What this task involves -
Only one stretch of the data below should be repeated: the lines from the line containing "#76=EDGE_LOOP('',(#75));" through the line containing "END-ISO-10303-21;", inclusive, exactly as they are.

(Beginning of Task data)

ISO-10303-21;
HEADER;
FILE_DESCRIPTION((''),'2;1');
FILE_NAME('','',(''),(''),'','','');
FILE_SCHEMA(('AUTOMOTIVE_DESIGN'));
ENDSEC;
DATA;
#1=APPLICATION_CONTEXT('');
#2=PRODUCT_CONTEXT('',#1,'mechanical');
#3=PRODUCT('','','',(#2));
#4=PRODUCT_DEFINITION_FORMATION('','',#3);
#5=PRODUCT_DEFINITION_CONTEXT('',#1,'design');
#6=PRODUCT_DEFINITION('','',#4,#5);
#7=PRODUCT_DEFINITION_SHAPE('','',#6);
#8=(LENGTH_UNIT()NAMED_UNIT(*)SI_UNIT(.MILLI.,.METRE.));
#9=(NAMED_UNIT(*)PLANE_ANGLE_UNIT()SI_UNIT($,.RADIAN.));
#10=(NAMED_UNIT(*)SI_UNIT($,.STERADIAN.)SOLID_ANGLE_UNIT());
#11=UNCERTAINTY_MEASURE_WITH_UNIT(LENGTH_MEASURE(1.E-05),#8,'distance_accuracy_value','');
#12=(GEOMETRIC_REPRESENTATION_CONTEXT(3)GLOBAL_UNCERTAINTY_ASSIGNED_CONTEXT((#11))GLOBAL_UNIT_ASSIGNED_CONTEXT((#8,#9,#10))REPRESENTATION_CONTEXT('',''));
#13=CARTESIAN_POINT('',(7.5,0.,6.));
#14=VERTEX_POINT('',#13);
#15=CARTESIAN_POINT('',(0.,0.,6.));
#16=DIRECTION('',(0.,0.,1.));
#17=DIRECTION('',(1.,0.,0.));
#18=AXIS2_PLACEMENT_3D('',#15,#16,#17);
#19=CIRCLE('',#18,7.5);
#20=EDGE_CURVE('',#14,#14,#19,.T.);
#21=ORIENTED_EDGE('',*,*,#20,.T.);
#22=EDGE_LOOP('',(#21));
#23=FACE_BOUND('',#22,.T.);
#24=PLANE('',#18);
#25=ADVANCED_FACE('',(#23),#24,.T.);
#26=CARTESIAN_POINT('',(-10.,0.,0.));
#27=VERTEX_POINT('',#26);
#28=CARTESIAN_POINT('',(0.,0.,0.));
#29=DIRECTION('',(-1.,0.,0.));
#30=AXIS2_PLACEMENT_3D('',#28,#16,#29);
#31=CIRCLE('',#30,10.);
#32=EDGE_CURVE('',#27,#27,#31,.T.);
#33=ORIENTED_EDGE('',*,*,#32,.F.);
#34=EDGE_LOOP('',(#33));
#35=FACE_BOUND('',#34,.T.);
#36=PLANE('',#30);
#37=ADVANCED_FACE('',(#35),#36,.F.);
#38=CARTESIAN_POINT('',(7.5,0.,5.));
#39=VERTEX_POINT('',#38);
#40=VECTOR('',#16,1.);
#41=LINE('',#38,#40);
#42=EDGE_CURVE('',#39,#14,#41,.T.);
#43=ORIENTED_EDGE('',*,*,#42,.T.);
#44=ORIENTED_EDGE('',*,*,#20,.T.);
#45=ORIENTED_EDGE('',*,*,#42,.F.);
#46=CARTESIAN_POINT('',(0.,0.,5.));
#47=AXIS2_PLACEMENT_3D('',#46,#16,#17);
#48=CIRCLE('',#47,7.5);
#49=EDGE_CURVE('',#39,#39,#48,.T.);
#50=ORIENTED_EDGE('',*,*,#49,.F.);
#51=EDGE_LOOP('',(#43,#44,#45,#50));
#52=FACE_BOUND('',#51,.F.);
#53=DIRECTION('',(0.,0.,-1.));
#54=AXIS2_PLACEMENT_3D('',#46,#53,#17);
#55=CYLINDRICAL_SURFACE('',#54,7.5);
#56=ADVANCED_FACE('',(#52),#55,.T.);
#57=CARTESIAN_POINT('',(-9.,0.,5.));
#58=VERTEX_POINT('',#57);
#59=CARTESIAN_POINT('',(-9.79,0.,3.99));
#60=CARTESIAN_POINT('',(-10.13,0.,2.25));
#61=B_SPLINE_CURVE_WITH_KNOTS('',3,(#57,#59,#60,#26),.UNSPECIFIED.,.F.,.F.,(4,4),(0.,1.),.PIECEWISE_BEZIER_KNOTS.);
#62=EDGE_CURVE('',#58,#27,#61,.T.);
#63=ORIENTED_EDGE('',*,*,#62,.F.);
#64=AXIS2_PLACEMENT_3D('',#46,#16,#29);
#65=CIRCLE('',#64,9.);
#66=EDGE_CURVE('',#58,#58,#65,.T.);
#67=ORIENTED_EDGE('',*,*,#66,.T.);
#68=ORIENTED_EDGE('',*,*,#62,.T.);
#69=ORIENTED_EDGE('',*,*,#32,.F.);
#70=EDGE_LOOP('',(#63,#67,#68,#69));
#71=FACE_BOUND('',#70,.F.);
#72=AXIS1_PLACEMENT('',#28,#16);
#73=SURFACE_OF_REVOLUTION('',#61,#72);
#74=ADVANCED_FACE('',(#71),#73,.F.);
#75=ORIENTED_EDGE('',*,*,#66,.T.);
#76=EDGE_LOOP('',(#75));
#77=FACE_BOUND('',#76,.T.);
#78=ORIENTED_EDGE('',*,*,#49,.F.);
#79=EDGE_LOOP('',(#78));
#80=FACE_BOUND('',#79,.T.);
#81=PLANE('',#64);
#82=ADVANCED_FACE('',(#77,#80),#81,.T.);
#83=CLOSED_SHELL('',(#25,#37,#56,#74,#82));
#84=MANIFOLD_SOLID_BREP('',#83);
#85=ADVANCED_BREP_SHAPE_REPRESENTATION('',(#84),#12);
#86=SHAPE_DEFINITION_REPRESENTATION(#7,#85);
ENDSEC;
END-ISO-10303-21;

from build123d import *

# Parameters (mm, degrees)
SKETCH_R      = 7.5
EXTRUDE_DEPTH = 1


with BuildPart() as extrude_body:
    # Sketch → Extrude (new body)
    with BuildSketch(Plane.XY.offset(5)):
        Circle(SKETCH_R)
    extrude(amount=EXTRUDE_DEPTH)


with BuildPart() as fusion:
    # Sketch001 → Revolve (revolve)
    with BuildSketch(Plane.XZ):
        with BuildLine():
            Line((0, 0), (-10, 0))
            add(Edge.make_bspline(
                [(-9, 5), (-9.79, 3.99), (-10.13, 2.25), (-10, 0)],
                knots=[0, 0, 0, 0, 1, 1, 1, 1], degree=3))
            Line((-9, 5), (0, 5))
            Line((0, 5), (0, 0))
        make_face()
    revolve(axis=Axis((0, 0, 0), (0, 0, 1)))

    # Fusion: union Extrude body
    add(extrude_body.part)


solid = fusion.part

(End of Task data)

Answer to this problem -
#76=EDGE_LOOP('',(#75));
#77=FACE_BOUND('',#76,.T.);
#78=ORIENTED_EDGE('',*,*,#49,.F.);
#79=EDGE_LOOP('',(#78));
#80=FACE_BOUND('',#79,.T.);
#81=PLANE('',#64);
#82=ADVANCED_FACE('',(#77,#80),#81,.T.);
#83=CLOSED_SHELL('',(#25,#37,#56,#74,#82));
#84=MANIFOLD_SOLID_BREP('',#83);
#85=ADVANCED_BREP_SHAPE_REPRESENTATION('',(#84),#12);
#86=SHAPE_DEFINITION_REPRESENTATION(#7,#85);
ENDSEC;
END-ISO-10303-21;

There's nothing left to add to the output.